PROBLEM DETAILS:
Scan the data beneath this task and copy each line that includes "Locations".

PROVIDED MATERIAL:
--*--

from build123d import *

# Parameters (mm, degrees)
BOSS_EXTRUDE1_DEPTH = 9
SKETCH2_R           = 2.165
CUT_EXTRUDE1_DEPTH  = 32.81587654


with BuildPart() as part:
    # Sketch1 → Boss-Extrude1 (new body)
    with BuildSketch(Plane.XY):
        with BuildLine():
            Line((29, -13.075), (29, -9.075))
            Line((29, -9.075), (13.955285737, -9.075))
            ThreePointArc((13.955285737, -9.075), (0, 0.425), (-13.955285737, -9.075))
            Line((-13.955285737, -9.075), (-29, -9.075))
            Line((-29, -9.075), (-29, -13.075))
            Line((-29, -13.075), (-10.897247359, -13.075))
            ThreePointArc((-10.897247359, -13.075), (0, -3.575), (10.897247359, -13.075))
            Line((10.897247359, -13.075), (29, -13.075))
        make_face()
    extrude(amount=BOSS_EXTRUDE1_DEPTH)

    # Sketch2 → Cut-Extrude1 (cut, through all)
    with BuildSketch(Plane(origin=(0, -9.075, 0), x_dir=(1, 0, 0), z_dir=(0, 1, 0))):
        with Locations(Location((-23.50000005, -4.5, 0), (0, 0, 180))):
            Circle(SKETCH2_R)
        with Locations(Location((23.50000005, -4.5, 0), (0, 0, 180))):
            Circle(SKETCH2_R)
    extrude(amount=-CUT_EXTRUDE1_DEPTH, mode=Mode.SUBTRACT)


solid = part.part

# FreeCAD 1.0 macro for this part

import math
import FreeCAD as App
import Part
import Sketcher
from FreeCAD import Vector

doc = App.newDocument("Part")
body = doc.addObject("PartDesign::Body", "Body")

# Sketch on XY plane
sketch1 = body.newObject("Sketcher::SketchObject", "Sketch")
sketch1.AttachmentSupport = (doc.getObject("XY_Plane"), [""])
sketch1.MapMode = "FlatFace"
sketch1.addGeometry([
    Part.LineSegment(Vector(29, -13.1, 0), Vector(29, -9.1, 0)),  # 0
    Part.LineSegment(Vector(29, -9.1, 0), Vector(14, -9.1, 0)),  # 1
    Part.ArcOfCircle(Part.Circle(Vector(0, -14.6, 0), Vector(0, 0, 1), 15), math.radians(22), math.radians(158)),  # 2
    Part.LineSegment(Vector(-14, -9.1, 0), Vector(-29, -9.1, 0)),  # 3
    Part.LineSegment(Vector(-29, -9.1, 0), Vector(-29, -13.1, 0)),  # 4
    Part.LineSegment(Vector(-29, -13.1, 0), Vector(-10.9, -13.1, 0)),  # 5
    Part.ArcOfCircle(Part.Circle(Vector(0, -14.6, 0), Vector(0, 0, 1), 11), math.radians(8), math.radians(172)),  # 6
    Part.LineSegment(Vector(10.9, -13.1, 0), Vector(29, -13.1, 0)),  # 7
], False)
sketch1.addConstraint([
    Sketcher.Constraint("Coincident", 0, 2, 1, 1),
    Sketcher.Constraint("Coincident", 1, 2, 2, 1),
    Sketcher.Constraint("Coincident", 2, 2, 3, 1),
    Sketcher.Constraint("Coincident", 3, 2, 4, 1),
    Sketcher.Constraint("Coincident", 4, 2, 5, 1),
    Sketcher.Constraint("Coincident", 5, 2, 6, 2),
    Sketcher.Constraint("Coincident", 6, 1, 7, 1),
    Sketcher.Constraint("Coincident", 7, 2, 0, 1),
    Sketcher.Constraint("Vertical", 0),
    Sketcher.Constraint("Horizontal", 1),
    Sketcher.Constraint("Horizontal", 3),
    Sketcher.Constraint("Vertical", 4),
    Sketcher.Constraint("Horizontal", 5),
    Sketcher.Constraint("Horizontal", 7),
    Sketcher.Constraint("Coincident", 6, 3, 2, 3),
    Sketcher.Constraint("Symmetric", 1, 2, 2, 2, -2),
    Sketcher.Constraint("Symmetric", 4, 2, 7, 2, -2),
    Sketcher.Constraint("Radius", 2, 15.0),
    Sketcher.Constraint("Radius", 6, 11.0),
    Sketcher.Constraint("DistanceY", 0, 1, 0, 2, 4.0),
    Sketcher.Constraint("DistanceX", -1, 1, 0, 2, 29.0),
    Sketcher.Constraint("DistanceY", 2, 3, 0, 2, 5.5),
    Sketcher.Constraint("DistanceY", 2, 3, -1, 1, 14.575),
])
pad1 = body.newObject("PartDesign::Pad", "Pad")
pad1.Profile = sketch1
pad1.Length = 9

# Sketch on XZ plane
sketch2 = body.newObject("Sketcher::SketchObject", "Sketch001")
sketch2.AttachmentSupport = (doc.getObject("XZ_Plane"), [""])
sketch2.MapMode = "FlatFace"
sketch2.AttachmentOffset = App.Placement(Vector(0, 0, 9.075), App.Rotation())
sketch2.addGeometry([
    Part.Circle(Vector(-23.5, 4.5, 0), Vector(0, 0, 1), 2.2),
    Part.Circle(Vector(23.5, 4.5, 0), Vector(0, 0, 1), 2.2),
], False)
sketch2.addConstraint([
    Sketcher.Constraint("Equal", 0, 1),
    Sketcher.Constraint("Symmetric", 0, 3, 1, 3, -2),
    Sketcher.Constraint("Diameter", 0, 4.33),
    Sketcher.Constraint("DistanceX", 0, 3, 1, 3, 47.0),
    Sketcher.Constraint("DistanceY", -1, 1, 0, 3, 4.5),
])
pocket1 = body.newObject("PartDesign::Pocket", "Pocket")
pocket1.Profile = sketch2
pocket1.Type = "ThroughAll"
pocket1.Reversed = True

doc.recompute()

--*--

TASK SOLUTION:
        with Locations(Location((-23.50000005, -4.5, 0), (0, 0, 180))):
        with Locations(Location((23.50000005, -4.5, 0), (0, 0, 180))):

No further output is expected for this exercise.